Why: Hugging Face’s .map() calls this tokenizer on each batch behind the scenes. Essentially, for a batch of sentences, the tokenizer maps them to numbers.

Key Points:
We do truncation=True and max_length=128 or 256 for memory efficiency.
Remove any lingering empty lines if needed.

Code Snippet:
def tokenize_function(examples):
    return tokenizer(
        examples["text"], 
        truncation=True, 
        max_length=128
    )
    
## 3. Apply .map() to Create train_dataset & val_dataset
What: Convert your raw text lines into model-ready tokens. Don't worry about what tokens mean for now, we'll discuss this later. Might be a good idea to print these out to get a feel for what these are.
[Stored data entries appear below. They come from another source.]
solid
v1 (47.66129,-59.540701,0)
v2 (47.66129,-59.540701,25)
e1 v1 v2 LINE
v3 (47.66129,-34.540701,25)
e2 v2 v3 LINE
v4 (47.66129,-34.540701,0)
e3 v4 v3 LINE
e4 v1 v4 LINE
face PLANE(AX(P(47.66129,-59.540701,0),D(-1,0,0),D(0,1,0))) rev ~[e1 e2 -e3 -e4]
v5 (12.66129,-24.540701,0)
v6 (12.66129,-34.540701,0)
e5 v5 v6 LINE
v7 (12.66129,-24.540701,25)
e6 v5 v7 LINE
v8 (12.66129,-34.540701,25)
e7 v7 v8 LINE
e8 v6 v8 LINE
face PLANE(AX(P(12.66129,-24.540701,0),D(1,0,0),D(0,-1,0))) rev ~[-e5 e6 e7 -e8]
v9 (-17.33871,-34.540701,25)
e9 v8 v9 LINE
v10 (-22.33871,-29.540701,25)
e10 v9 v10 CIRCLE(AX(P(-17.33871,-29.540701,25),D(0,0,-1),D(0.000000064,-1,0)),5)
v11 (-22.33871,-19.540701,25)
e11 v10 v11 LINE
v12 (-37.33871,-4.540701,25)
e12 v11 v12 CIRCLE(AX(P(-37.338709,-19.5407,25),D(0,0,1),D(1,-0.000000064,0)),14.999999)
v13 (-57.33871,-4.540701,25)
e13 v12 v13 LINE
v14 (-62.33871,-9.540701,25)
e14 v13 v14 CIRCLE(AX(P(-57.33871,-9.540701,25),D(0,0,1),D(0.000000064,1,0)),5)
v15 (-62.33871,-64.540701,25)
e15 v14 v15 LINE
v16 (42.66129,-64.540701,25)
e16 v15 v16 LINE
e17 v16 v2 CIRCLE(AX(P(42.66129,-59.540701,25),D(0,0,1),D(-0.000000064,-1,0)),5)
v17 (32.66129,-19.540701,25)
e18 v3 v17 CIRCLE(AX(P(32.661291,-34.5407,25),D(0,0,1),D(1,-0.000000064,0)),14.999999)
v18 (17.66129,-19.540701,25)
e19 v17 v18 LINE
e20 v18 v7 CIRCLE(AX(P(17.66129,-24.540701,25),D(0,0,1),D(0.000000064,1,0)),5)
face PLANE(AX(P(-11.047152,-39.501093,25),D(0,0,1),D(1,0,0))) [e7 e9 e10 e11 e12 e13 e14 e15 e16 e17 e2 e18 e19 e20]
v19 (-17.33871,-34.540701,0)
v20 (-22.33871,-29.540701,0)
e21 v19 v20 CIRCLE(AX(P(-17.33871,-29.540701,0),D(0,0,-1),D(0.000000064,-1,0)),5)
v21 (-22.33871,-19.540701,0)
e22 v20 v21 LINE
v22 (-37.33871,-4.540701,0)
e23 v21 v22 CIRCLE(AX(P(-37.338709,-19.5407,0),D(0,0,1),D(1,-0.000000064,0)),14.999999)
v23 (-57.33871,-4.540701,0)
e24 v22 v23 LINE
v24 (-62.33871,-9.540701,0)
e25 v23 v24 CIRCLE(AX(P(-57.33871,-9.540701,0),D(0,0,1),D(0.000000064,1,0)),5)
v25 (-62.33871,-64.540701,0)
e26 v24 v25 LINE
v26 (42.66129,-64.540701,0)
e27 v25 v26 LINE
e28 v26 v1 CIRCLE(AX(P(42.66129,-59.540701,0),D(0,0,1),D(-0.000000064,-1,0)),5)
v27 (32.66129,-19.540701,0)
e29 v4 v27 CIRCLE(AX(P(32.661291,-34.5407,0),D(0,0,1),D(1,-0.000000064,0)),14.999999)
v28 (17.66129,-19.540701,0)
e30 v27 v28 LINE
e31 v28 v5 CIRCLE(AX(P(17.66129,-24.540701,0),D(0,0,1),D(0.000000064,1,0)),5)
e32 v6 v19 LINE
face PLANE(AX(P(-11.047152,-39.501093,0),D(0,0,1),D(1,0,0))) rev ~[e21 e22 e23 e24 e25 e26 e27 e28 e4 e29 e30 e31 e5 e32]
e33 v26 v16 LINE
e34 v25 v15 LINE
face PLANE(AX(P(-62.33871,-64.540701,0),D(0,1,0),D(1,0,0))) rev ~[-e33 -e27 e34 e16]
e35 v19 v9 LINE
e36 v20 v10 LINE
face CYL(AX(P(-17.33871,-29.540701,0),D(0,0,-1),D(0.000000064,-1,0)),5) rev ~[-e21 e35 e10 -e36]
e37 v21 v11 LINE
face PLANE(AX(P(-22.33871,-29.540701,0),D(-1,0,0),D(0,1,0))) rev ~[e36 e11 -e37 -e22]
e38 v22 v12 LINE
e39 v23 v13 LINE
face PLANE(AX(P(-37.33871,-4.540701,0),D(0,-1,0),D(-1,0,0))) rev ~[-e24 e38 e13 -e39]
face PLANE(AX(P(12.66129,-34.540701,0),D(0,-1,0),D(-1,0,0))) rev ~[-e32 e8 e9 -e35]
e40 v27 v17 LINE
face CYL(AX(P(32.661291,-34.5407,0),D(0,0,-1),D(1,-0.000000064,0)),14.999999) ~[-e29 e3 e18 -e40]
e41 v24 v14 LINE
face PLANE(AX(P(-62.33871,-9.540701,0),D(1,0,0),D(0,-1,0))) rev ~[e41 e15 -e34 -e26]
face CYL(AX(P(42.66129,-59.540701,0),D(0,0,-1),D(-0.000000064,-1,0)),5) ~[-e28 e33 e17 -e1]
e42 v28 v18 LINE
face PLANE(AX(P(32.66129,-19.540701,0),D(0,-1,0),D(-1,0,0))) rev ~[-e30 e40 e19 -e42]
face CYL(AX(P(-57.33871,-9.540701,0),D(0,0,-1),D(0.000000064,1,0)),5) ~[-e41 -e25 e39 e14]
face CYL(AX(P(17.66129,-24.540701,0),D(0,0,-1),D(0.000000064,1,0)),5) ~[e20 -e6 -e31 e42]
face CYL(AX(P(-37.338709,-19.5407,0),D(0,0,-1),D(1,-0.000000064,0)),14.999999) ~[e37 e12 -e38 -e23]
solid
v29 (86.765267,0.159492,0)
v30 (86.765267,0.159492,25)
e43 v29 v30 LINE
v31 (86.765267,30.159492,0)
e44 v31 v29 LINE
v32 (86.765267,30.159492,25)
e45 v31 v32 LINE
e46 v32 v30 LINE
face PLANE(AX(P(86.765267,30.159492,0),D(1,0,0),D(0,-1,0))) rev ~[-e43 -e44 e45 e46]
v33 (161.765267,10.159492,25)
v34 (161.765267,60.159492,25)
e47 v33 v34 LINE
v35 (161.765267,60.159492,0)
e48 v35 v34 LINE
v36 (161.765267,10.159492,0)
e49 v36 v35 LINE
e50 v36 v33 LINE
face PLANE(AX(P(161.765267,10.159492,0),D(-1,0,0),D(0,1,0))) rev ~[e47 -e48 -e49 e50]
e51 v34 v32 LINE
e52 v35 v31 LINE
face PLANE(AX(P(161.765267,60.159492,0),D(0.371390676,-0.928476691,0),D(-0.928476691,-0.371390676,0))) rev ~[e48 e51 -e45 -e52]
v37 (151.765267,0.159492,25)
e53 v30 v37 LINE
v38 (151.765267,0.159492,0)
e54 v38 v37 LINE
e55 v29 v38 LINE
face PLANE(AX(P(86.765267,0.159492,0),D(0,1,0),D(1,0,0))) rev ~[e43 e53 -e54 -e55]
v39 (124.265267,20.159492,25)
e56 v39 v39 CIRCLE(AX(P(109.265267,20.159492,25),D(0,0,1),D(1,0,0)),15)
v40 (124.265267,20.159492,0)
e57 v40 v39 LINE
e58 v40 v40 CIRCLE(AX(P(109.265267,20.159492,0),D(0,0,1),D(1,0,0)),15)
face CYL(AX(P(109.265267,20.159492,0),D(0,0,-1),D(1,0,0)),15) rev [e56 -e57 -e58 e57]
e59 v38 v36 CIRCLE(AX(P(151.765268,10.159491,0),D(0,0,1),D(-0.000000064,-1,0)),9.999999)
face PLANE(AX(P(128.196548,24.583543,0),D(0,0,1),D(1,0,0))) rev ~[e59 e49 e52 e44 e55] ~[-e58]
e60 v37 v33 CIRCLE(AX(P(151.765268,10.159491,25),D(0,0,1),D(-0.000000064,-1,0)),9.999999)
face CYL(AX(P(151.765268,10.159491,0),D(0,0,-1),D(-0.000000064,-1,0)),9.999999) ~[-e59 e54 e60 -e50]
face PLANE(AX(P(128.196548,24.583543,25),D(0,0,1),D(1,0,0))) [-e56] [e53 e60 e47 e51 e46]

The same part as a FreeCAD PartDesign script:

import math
import FreeCAD as App
import Part
import Sketcher

V = App.Vector

doc = App.newDocument("Part")
body = doc.addObject("PartDesign::Body", "Body")
body.AllowCompound = True

# Sketch on XY plane
sketch1 = doc.addObject("Sketcher::SketchObject", "Sketch")
body.addObject(sketch1)
sketch1.AttachmentSupport = (doc.XY_Plane, [""])
sketch1.MapMode = "FlatFace"
sketch1.addGeometry([
    Part.LineSegment(V(161.8, 60.2, 0), V(86.8, 30.2, 0)),  # 0
    Part.LineSegment(V(86.8, 30.2, 0), V(86.8, 0.2, 0)),  # 1
    Part.LineSegment(V(86.8, 0.2, 0), V(151.8, 0.2, 0)),  # 2
    Part.ArcOfCircle(Part.Circle(V(151.8, 10.2, 0), V(0, 0, 1), 10), math.radians(-90), math.radians(0)),  # 3
    Part.LineSegment(V(161.8, 10.2, 0), V(161.8, 60.2, 0)),  # 4
    Part.Circle(V(109.3, 20.2, 0), V(0, 0, 1), 15),  # 5
    Part.LineSegment(V(-62.3, -9.5, 0), V(-62.3, -64.5, 0)),  # 6
    Part.LineSegment(V(-62.3, -64.5, 0), V(42.7, -64.5, 0)),  # 7
    Part.ArcOfCircle(Part.Circle(V(42.7, -59.5, 0), V(0, 0, 1), 5), math.radians(-90), math.radians(0)),  # 8
    Part.LineSegment(V(47.7, -59.5, 0), V(47.7, -34.5, 0)),  # 9
    Part.ArcOfCircle(Part.Circle(V(32.7, -34.5, 0), V(0, 0, 1), 15), math.radians(0), math.radians(90)),  # 10
    Part.LineSegment(V(32.7, -19.5, 0), V(17.7, -19.5, 0)),  # 11
    Part.ArcOfCircle(Part.Circle(V(17.7, -24.5, 0), V(0, 0, 1), 5), math.radians(90), math.radians(180)),  # 12
    Part.LineSegment(V(12.7, -24.5, 0), V(12.7, -34.5, 0)),  # 13
    Part.LineSegment(V(12.7, -34.5, 0), V(-17.3, -34.5, 0)),  # 14
    Part.ArcOfCircle(Part.Circle(V(-17.3, -29.5, 0), V(0, 0, 1), 5), math.radians(180), math.radians(270)),  # 15
    Part.LineSegment(V(-22.3, -29.5, 0), V(-22.3, -19.5, 0)),  # 16
    Part.ArcOfCircle(Part.Circle(V(-37.3, -19.5, 0), V(0, 0, 1), 15), math.radians(0), math.radians(90)),  # 17
    Part.LineSegment(V(-37.3, -4.5, 0), V(-57.3, -4.5, 0)),  # 18
    Part.ArcOfCircle(Part.Circle(V(-57.3, -9.5, 0), V(0, 0, 1), 5), math.radians(90), math.radians(180)),  # 19
], False)
sketch1.addConstraint([
    Sketcher.Constraint("Coincident", 0, 2, 1, 1),
    Sketcher.Constraint("Coincident", 1, 2, 2, 1),
    Sketcher.Constraint("Tangent", 2, 2, 3, 1),
    Sketcher.Constraint("Tangent", 3, 2, 4, 1),
    Sketcher.Constraint("Coincident", 4, 2, 0, 1),
    Sketcher.Constraint("Coincident", 6, 2, 7, 1),
    Sketcher.Constraint("Tangent", 7, 2, 8, 1),
    Sketcher.Constraint("Tangent", 8, 2, 9, 1),
    Sketcher.Constraint("Tangent", 9, 2, 10, 1),
    Sketcher.Constraint("Tangent", 10, 2, 11, 1),
    Sketcher.Constraint("Tangent", 11, 2, 12, 1),
    Sketcher.Constraint("Tangent", 12, 2, 13, 1),
    Sketcher.Constraint("Coincident", 13, 2, 14, 1),
    Sketcher.Constraint("Tangent", 14, 2, 15, 2),
    Sketcher.Constraint("Tangent", 15, 1, 16, 1),
    Sketcher.Constraint("Tangent", 16, 2, 17, 1),
    Sketcher.Constraint("Tangent", 17, 2, 18, 1),
    Sketcher.Constraint("Tangent", 18, 2, 19, 1),
    Sketcher.Constraint("Tangent", 19, 2, 6, 1),
    Sketcher.Constraint("Vertical", 1),
    Sketcher.Constraint("Horizontal", 2),
    Sketcher.Constraint("Vertical", 4),
    Sketcher.Constraint("Vertical", 6),
    Sketcher.Constraint("Horizontal", 7),
    Sketcher.Constraint("Vertical", 9),
    Sketcher.Constraint("Horizontal", 11),
    Sketcher.Constraint("Vertical", 13),
    Sketcher.Constraint("Horizontal", 14),
    Sketcher.Constraint("Vertical", 16),
    Sketcher.Constraint("Horizontal", 18),
    Sketcher.Constraint("Equal", 5, 10),
    Sketcher.Constraint("Equal", 8, 12),
    Sketcher.Constraint("Equal", 12, 15),
    Sketcher.Constraint("Equal", 10, 17),
    Sketcher.Constraint("Equal", 15, 19),
    Sketcher.Constraint("Horizontal", 17, 3, 10, 2),
    Sketcher.Constraint("Horizontal", 9, 2, 13, 2),
    Sketcher.Constraint("Equal", 14, 1),
    Sketcher.Constraint("Diameter", 5, 30.0),
    Sketcher.Constraint("Radius", 3, 9.999999),
    Sketcher.Constraint("Radius", 8, 5.0),
    Sketcher.Constraint("DistanceX", 2, 1, 2, 2, 65.0),
    Sketcher.Constraint("DistanceX", 7, 1, 7, 2, 105.0),
    Sketcher.Constraint("DistanceX", 11, 2, 11, 1, 15.0),
    Sketcher.Constraint("DistanceX", 14, 2, 14, 1, 30.0),
    Sketcher.Constraint("DistanceY", 4, 1, 4, 2, 50.0),
    Sketcher.Constraint("DistanceY", 6, 2, 6, 1, 55.0),
    Sketcher.Constraint("DistanceY", 3, 3, 5, 3, 10.000001),
    Sketcher.Constraint("DistanceX", 5, 3, 3, 3, 42.500001),
    Sketcher.Constraint("DistanceY", 8, 3, -1, 1, 59.540701),
    Sketcher.Constraint("DistanceY", -1, 1, 3, 3, 10.159491),
    Sketcher.Constraint("DistanceX", -1, 1, 8, 3, 42.66129),
    Sketcher.Constraint("DistanceX", -1, 1, 3, 3, 151.765268),
])
pad1 = doc.addObject("PartDesign::Pad", "Pad")
body.addObject(pad1)
pad1.Profile = sketch1
pad1.Length = 25

doc.recompute()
Why: This is the final step before training. We remove the original “text” column, leaving only tokenized forms.

train_dataset = train_data.map(tokenize_function, batched=True, remove_columns=["text"]) 
val_dataset   = val_data.map(tokenize_function,   batched=True, remove_columns=["text"])

Expected:

Each sample in train_dataset now has keys like input_ids and attention_mask.
Print train_dataset[0] to see the tokens if you wish.

## 4. (Optional) Shuffle or Subset
If the dataset is still large, you can do something like:
train_dataset = train_dataset.shuffle(seed=42).select(range(2000))
to keep training quick. That’s optional but recommended for demonstration.
What you should have by now is a script that loads the split dataset from Part A, tokenizes it, and stores the final train_dataset and val_dataset.

Some extra tasks after the above is done (only attempt after the above is done!!! Make sure to push your changes!):

Chunking Variation for Part A
Instead of splitting just by \n, you might want to group lines into paragraphs or scenes if they’re dealing with Shakespeare.

Design a small function that merges, say, 5 lines at a time into a single example, then compare how it changes the dataset size (compared to when you're spliting on a new line).
Explore Tokenizer Settings in Part B

For instance, do you want to enable padding="max_length" vs. Padding="longest"? Read up on what this means in the docs. Don't worry if you don't understand everything here.
Print things out and investigate how that changes the shape of each batch.

Light Analysis Before Training (After Part B is done)
Look at average token length across examples or the distribution of line lengths in your dataset.
Make a small table showing % of lines that exceed the chosen max_length (i.e., how many get truncated). This will help us decide on what max_length to choose. Overall, you should make a function which takes in max_length and shows a % of lines that exceed the chosen max_length.